TR: I have been, yes. My statement is possibly influenced by relationships I've had. People often say that as an artist one needs to experience lots of things to be able to write successfully, but I believe that, in fact, they could debilitate you. I've heard of so many artists that have been destabilised by bad emotional relationships and never able to really recover. I mean, if only I knew then what I know now? That's the story of life, isn't it?


Would you say you put your all into everything you did to produce?

TR: There were a couple of times when I floundered. I've given my all when my head is in the right space. There are other times when my head has not been in the right space and usually I look back on that work with some degree of dissatisfaction. I think there are times when I can hear my own voice floundering in the wilderness when I'm pushing to work against difficult times. There's work I look back on with awe and wonderment and refuse to accept, or take authorship for. It's just so amazing. I believe, and other artists say this, quite often I think you're just a conduit for some superior being. There's no other explanation, because I know when I am ordinary as well.

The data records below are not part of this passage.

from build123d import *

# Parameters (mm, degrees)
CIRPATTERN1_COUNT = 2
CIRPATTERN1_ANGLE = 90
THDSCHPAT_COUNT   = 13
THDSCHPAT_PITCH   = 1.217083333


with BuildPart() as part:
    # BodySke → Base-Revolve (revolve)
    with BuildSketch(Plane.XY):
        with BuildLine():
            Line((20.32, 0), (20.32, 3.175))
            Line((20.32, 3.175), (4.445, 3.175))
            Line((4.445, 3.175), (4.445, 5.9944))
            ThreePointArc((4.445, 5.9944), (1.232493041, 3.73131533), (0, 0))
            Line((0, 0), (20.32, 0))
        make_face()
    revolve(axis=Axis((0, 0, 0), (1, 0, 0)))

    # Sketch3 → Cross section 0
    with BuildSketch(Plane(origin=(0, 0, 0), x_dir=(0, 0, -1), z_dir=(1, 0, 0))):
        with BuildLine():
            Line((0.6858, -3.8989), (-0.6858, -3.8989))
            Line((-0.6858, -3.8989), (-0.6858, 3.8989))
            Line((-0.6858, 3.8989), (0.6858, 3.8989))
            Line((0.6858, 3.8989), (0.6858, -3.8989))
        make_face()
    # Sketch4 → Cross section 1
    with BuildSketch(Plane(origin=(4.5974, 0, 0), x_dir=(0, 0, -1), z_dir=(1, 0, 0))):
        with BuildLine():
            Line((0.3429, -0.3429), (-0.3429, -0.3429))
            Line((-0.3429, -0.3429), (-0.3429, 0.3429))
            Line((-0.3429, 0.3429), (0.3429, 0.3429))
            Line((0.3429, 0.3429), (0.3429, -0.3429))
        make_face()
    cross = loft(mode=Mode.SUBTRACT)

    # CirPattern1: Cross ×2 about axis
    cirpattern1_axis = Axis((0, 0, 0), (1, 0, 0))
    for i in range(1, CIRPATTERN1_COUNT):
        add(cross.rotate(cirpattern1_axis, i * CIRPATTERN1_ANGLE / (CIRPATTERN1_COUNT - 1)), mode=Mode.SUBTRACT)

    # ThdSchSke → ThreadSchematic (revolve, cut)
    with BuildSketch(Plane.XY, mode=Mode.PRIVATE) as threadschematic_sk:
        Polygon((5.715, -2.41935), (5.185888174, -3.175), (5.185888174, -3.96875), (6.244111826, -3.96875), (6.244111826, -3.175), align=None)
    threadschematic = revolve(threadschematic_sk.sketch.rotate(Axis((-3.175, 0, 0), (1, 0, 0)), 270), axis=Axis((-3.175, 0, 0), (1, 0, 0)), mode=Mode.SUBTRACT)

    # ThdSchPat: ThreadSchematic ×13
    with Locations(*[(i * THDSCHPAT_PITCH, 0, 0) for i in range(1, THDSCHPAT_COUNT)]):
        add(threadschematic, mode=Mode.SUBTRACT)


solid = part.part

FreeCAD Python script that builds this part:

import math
import FreeCAD as App
import Part
import Sketcher
from FreeCAD import Vector
Q = App.Units.Quantity


def add_polygon(sketch, points):
    """Adds a closed chain of lines whose ends are joined by coincident constraints."""
    first, n = sketch.GeometryCount, len(points)
    for a, b in zip(points, points[1:] + points[:1]):
        sketch.addGeometry(Part.LineSegment(App.Vector(*a, 0), App.Vector(*b, 0)), False)
    for i in range(n):
        sketch.addConstraint(Sketcher.Constraint("Coincident", first + i, 2, first + (i + 1) % n, 1))

doc = App.newDocument("Part")
body = doc.addObject("PartDesign::Body", "Body")

# Sketch on XY plane
sketch1 = doc.addObject("Sketcher::SketchObject", "Sketch")
body.addObject(sketch1)
sketch1.AttachmentSupport = (doc.XY_Plane, [""])
sketch1.MapMode = "FlatFace"
sketch1.addGeometry(Part.LineSegment(Vector(20.32, 0, 0), Vector(20.32, 3.175, 0)), False)
sketch1.addGeometry(Part.LineSegment(Vector(20.32, 3.175, 0), Vector(4.445, 3.175, 0)), False)
sketch1.addGeometry(Part.LineSegment(Vector(4.445, 3.175, 0), Vector(4.445, 5.9944, 0)), False)
sketch1.addGeometry(Part.ArcOfCircle(Part.Circle(Vector(6.264438, 0, 0), Vector(0, 0, 1), 6.264438), math.radians(106.884251), math.radians(180)), False)
sketch1.addGeometry(Part.LineSegment(Vector(0, 0, 0), Vector(20.32, 0, 0)), False)
sketch1.addConstraint(Sketcher.Constraint("Coincident", 0, 2, 1, 1))
sketch1.addConstraint(Sketcher.Constraint("Coincident", 1, 2, 2, 1))
sketch1.addConstraint(Sketcher.Constraint("Coincident", 2, 2, 3, 1))
sketch1.addConstraint(Sketcher.Constraint("Coincident", 3, 2, 4, 1))
sketch1.addConstraint(Sketcher.Constraint("Coincident", 4, 2, 0, 1))
sketch1.addConstraint(Sketcher.Constraint("Vertical", 0))
sketch1.addConstraint(Sketcher.Constraint("Horizontal", 1))
sketch1.addConstraint(Sketcher.Constraint("Vertical", 2))
sketch1.addConstraint(Sketcher.Constraint("Horizontal", 4))
sketch1.addConstraint(Sketcher.Constraint("Coincident", 3, 2, -1, 1))
sketch1.addConstraint(Sketcher.Constraint("PointOnObject", 3, 3, -1))
sketch1.addConstraint(Sketcher.Constraint("DistanceX", 4, 1, 4, 2, Q("0.8 in")))
sketch1.addConstraint(Sketcher.Constraint("DistanceX", 1, 2, 1, 1, Q("0.625 in")))
sketch1.addConstraint(Sketcher.Constraint("DistanceY", 0, 1, 0, 2, Q("0.125 in")))
sketch1.addConstraint(Sketcher.Constraint("DistanceY", 2, 1, 2, 2, Q("0.111 in")))
revolution = doc.addObject("PartDesign::Revolution", "Revolution")
body.addObject(revolution)
revolution.Profile = sketch1
revolution.ReferenceAxis = (sketch1, ["H_Axis"])
revolution.Angle = 360

# Sketch on YZ plane
sketch2 = doc.addObject("Sketcher::SketchObject", "Sketch001")
body.addObject(sketch2)
sketch2.AttachmentSupport = (doc.YZ_Plane, [""])
sketch2.MapMode = "FlatFace"
add_polygon(sketch2, [(-3.8989, 0.6858), (-3.8989, -0.6858), (3.8989, -0.6858), (3.8989, 0.6858)])  # lines 0-3
sketch2.addConstraint(Sketcher.Constraint("Vertical", 0))
sketch2.addConstraint(Sketcher.Constraint("Horizontal", 1))
sketch2.addConstraint(Sketcher.Constraint("Vertical", 2))
sketch2.addConstraint(Sketcher.Constraint("Horizontal", 3))
sketch2.addConstraint(Sketcher.Constraint("Symmetric", 0, 2, 2, 2, -1, 1))
sketch2.addConstraint(Sketcher.Constraint("DistanceX", 1, 1, 1, 2, Q("0.307 in")))
sketch2.addConstraint(Sketcher.Constraint("DistanceY", 0, 2, 0, 1, Q("0.054 in")))

# Sketch on YZ plane
sketch3 = doc.addObject("Sketcher::SketchObject", "Sketch002")
body.addObject(sketch3)
sketch3.AttachmentSupport = (doc.YZ_Plane, [""])
sketch3.MapMode = "FlatFace"
sketch3.AttachmentOffset = App.Placement(Vector(0, 0, 0.181 * 25.4), App.Rotation())
add_polygon(sketch3, [(-0.3429, 0.3429), (-0.3429, -0.3429), (0.3429, -0.3429), (0.3429, 0.3429)])  # lines 0-3
sketch3.addConstraint(Sketcher.Constraint("Vertical", 0))
sketch3.addConstraint(Sketcher.Constraint("Horizontal", 1))
sketch3.addConstraint(Sketcher.Constraint("Vertical", 2))
sketch3.addConstraint(Sketcher.Constraint("Horizontal", 3))
sketch3.addConstraint(Sketcher.Constraint("Symmetric", 0, 2, 2, 2, -1, 1))
sketch3.addConstraint(Sketcher.Constraint("Equal", 3, 0))
sketch3.addConstraint(Sketcher.Constraint("DistanceX", 1, 1, 1, 2, Q("0.027 in")))

subtractiveloft = doc.addObject("PartDesign::SubtractiveLoft", "SubtractiveLoft")
body.addObject(subtractiveloft)
subtractiveloft.Profile = sketch2
subtractiveloft.Sections = [sketch3]
doc.recompute()

polarpattern = doc.addObject("PartDesign::PolarPattern", "PolarPattern")
body.addObject(polarpattern)
polarpattern.Originals = [subtractiveloft]
polarpattern.Axis = (doc.X_Axis, [""])
polarpattern.Angle = 90
polarpattern.Occurrences = 2
body.Tip = polarpattern

# Sketch on XY plane
sketch4 = doc.addObject("Sketcher::SketchObject", "Sketch003")
body.addObject(sketch4)
sketch4.AttachmentSupport = (doc.XY_Plane, [""])
sketch4.MapMode = "FlatFace"
add_polygon(sketch4, [(5.715, -2.41935), (5.185888, -3.175), (5.185888, -3.96875), (6.244112, -3.96875), (6.244112, -3.175)])  # lines 0-4
sketch4.addConstraint(Sketcher.Constraint("Vertical", 1))
sketch4.addConstraint(Sketcher.Constraint("Horizontal", 2))
sketch4.addConstraint(Sketcher.Constraint("Vertical", 3))
sketch4.addConstraint(Sketcher.Constraint("Horizontal", 0, 2, 3, 2))
sketch4.addConstraint(Sketcher.Constraint("Equal", 0, 4))
sketch4.addConstraint(Sketcher.Constraint("Angle", 0, Q("-125 deg")))
sketch4.addConstraint(Sketcher.Constraint("DistanceY", 1, 2, 1, 1, Q("0.03125 in")))
sketch4.addConstraint(Sketcher.Constraint("DistanceY", 0, 2, -1, 1, Q("0.125 in")))
sketch4.addConstraint(Sketcher.Constraint("DistanceX", -1, 1, 4, 2, Q("0.225 in")))
sketch4.addConstraint(Sketcher.Constraint("DistanceY", 1, 2, 4, 2, Q("0.061 in")))
groove = doc.addObject("PartDesign::Groove", "Groove")
body.addObject(groove)
groove.Profile = sketch4
groove.ReferenceAxis = (sketch4, ["H_Axis"])
groove.Angle = 360
doc.recompute()

linearpattern = doc.addObject("PartDesign::LinearPattern", "LinearPattern")
body.addObject(linearpattern)
linearpattern.Originals = [groove]
linearpattern.Direction = (doc.X_Axis, [""])
linearpattern.Mode = "offset"
linearpattern.Offset = 1.217083
linearpattern.Occurrences = 13
body.Tip = linearpattern

doc.recompute()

Has there been anything you've done that you've thought of as ordinary, but the world thought was extraordinary?

TR: Things that I've recognised to be ordinary the world has seen as ordinary too. Did I think that the work I did here in my life would have been so regarded by so many people? No. I just saw it as an honest day's work. I never envisaged myself being so regarded, being so studied by people with their PhDs. I'm not an academic. I'm often surprised by the success I've had. I don't take that and walk around with it, that would be too much of a burden. It would destroy me.

One Love, Mr. Rhone's latest project is a full-length feature film starring Kymani Marley and Sherine Anderson. The film is about a young Rastaman and a Pentecostal girl who fall in love despite their religious differences. It is scheduled to premiere at this year's Cannes Film Festival after which it will be shown throughout the Caribbean.